United States District Court, E.D. Pennsylvania
Apr 10, 2023
CRIMINAL ACTION 17-518-1 (E.D. Pa. Apr. 10, 2023)

Opinion

CRIMINAL ACTION 17-518-1

04-10-2023

UNITED STATES OF AMERICA v. BRYANT CALLOWAY


MEMORANDUM

Juan R. Sanchez Chief Judge.

Petitioner Bryant Calloway asks this Court to vacate his conviction and sentence pursuant to 28 U.S.C. § 2255. Calloway argues (1) his counsel was ineffective for failing to raise a Franks issue pretrial and at trial, (2) he was prejudiced by the government's use of allegedly perjured testimony before the grand jury and the petit jury, and (3) the trial court abused its discretion by limiting recross examination. Because the record conclusively shows Calloway is not entitled to relief on any of these claims, his motions will be denied without an evidentiary hearing.

BACKGROUND

On September 27, 2017, Calloway, together with four co-defendants, was charged by indictment with murder and several drug- and firearms-related offenses stemming from his participation in a drug trafficking group operating in West Philadelphia.
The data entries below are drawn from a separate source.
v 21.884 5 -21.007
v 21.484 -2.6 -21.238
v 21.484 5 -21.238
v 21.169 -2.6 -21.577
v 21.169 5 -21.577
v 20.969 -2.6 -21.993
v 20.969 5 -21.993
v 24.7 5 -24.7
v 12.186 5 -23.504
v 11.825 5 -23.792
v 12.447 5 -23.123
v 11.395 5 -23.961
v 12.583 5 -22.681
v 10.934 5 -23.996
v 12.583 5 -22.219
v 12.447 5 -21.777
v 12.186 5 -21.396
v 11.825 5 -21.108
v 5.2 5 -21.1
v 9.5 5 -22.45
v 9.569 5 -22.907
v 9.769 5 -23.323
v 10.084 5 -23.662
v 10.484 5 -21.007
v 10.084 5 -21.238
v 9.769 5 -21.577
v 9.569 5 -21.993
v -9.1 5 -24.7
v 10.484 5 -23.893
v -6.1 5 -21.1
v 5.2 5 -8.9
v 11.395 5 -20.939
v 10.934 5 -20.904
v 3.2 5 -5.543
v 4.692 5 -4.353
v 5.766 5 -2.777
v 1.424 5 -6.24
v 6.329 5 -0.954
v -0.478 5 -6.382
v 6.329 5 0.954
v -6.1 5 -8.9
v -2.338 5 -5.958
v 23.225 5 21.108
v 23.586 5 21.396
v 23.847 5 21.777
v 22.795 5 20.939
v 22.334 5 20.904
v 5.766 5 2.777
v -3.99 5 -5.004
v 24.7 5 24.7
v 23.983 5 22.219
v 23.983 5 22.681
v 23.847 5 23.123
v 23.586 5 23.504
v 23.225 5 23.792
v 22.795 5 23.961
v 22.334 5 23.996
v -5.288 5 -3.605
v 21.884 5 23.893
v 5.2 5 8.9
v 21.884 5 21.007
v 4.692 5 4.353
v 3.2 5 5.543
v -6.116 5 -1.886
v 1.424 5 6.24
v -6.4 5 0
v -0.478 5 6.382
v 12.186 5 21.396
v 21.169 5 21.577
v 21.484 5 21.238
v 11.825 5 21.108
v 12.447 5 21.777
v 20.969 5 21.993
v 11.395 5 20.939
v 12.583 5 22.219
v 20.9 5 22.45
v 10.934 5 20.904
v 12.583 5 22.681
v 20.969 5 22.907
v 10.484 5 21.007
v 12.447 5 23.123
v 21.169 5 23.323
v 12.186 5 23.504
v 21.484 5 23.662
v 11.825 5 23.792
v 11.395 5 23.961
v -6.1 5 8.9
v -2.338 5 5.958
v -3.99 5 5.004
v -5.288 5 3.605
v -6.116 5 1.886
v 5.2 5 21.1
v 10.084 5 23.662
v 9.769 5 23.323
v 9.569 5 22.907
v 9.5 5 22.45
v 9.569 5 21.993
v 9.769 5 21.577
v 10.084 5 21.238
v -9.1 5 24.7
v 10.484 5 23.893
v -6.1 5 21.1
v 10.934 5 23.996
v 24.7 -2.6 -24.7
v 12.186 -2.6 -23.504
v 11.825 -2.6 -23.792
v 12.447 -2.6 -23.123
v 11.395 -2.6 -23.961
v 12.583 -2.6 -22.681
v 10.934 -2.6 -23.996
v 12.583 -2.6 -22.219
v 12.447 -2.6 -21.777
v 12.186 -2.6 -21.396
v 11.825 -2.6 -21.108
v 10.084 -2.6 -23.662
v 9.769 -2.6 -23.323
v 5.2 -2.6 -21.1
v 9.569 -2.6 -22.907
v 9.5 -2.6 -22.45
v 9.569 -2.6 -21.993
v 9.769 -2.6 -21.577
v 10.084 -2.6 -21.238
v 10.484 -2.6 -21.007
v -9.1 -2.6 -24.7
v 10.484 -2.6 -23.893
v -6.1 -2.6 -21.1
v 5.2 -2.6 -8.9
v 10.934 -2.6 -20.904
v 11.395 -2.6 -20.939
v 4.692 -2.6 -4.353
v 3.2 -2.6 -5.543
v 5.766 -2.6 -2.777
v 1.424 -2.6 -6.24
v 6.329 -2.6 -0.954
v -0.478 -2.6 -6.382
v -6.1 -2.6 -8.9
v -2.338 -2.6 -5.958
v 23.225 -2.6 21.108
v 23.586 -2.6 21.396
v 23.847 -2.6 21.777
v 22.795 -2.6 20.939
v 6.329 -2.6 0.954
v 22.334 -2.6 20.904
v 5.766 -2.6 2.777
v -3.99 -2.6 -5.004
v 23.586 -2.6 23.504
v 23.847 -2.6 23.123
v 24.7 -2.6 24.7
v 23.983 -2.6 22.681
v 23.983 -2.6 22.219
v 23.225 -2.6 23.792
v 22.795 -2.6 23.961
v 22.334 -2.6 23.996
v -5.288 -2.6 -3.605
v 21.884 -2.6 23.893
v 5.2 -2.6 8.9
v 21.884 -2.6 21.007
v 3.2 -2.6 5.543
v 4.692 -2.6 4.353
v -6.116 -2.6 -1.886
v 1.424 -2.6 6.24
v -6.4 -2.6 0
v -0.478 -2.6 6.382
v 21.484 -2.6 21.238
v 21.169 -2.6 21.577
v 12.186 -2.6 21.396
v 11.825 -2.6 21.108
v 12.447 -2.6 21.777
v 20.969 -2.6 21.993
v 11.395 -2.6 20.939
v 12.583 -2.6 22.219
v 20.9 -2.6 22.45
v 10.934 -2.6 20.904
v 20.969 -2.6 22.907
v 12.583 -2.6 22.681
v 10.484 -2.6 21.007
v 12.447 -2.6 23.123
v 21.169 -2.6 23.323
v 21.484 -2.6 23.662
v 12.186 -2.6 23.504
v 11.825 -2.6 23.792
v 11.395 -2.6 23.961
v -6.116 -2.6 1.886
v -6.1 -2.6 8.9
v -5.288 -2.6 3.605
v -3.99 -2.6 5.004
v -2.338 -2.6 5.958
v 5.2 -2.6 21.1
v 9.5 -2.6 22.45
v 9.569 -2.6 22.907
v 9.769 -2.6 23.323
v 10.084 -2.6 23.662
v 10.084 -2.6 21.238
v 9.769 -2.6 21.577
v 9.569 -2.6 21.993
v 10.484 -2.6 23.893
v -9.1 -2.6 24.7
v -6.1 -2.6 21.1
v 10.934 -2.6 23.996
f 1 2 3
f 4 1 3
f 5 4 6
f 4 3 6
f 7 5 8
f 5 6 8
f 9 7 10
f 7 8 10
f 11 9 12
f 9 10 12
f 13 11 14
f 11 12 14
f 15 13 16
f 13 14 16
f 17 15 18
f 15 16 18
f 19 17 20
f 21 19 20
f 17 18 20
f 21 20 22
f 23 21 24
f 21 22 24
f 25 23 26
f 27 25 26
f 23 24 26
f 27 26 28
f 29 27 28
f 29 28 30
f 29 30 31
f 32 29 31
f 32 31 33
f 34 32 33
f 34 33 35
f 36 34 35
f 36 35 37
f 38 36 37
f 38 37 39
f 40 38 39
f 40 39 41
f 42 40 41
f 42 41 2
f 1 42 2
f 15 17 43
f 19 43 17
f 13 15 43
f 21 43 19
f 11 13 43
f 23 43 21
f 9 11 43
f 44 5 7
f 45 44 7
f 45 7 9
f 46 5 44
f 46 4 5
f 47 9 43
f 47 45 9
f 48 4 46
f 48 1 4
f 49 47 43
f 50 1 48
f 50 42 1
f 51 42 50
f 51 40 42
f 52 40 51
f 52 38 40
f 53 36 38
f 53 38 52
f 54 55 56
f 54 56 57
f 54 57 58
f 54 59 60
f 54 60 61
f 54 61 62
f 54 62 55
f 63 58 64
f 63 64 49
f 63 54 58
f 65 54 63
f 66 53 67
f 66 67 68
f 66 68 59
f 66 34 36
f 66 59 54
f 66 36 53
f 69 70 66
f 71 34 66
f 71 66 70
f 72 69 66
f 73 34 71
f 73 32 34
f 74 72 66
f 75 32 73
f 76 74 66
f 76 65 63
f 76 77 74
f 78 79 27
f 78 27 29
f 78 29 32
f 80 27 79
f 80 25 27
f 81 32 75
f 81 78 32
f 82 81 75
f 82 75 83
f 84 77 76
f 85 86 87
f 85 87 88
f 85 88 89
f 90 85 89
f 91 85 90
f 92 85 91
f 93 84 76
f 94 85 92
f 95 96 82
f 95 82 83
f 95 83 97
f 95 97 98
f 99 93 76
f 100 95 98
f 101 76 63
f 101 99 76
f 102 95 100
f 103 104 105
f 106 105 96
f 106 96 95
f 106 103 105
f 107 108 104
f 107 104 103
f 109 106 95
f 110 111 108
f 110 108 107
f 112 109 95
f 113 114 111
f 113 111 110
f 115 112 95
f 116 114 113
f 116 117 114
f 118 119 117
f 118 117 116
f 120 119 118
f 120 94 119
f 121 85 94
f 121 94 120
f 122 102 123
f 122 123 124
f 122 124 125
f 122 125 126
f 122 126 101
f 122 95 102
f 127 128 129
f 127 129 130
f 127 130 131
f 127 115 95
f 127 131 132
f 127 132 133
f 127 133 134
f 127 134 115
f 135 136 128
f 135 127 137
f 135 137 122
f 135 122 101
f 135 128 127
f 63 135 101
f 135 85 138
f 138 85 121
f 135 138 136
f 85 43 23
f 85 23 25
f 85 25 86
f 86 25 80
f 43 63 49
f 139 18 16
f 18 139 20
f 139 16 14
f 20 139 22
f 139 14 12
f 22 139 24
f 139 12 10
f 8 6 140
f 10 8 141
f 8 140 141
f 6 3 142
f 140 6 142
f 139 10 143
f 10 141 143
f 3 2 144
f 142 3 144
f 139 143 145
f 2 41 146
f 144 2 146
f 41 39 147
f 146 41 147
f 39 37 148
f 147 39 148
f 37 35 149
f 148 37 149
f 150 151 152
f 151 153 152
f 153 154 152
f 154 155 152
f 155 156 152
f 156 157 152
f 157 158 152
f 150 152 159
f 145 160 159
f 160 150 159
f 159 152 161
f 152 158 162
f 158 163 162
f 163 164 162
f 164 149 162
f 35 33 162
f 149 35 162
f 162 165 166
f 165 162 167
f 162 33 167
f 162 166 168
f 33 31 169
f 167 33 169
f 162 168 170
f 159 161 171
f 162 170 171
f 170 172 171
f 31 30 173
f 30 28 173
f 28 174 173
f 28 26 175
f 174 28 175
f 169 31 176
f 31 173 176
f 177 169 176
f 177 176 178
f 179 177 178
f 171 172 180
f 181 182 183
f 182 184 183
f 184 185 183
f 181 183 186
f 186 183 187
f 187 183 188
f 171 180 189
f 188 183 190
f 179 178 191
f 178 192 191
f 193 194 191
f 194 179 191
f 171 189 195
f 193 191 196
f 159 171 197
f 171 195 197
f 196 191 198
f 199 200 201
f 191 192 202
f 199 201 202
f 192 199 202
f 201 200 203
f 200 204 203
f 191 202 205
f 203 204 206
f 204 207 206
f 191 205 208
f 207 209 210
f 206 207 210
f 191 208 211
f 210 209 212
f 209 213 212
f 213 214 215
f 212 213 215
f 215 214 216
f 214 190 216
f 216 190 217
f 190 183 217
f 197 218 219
At trial, the government introduced testimony that Calloway murdered a rival drug dealer in an attempt to expand his gang's territory. Various eyewitnesses and law enforcement agents testified at trial, including former dealer Thomas “Valdo” Guilford,confidential informant Raymond Thompson, and former Detective Ronald Dove. The evidence against Calloway was strong: two eyewitnesses observed the shooting or its immediate aftermath, and one testified that Calloway had confessed his guilt to him. On February 19, 2019, a jury found Calloway guilty of all charges, and he was sentenced to life in prison. The Third Circuit Court of Appeals affirmed. Calloway now moves for relief under 28 U.S.C. § 2255.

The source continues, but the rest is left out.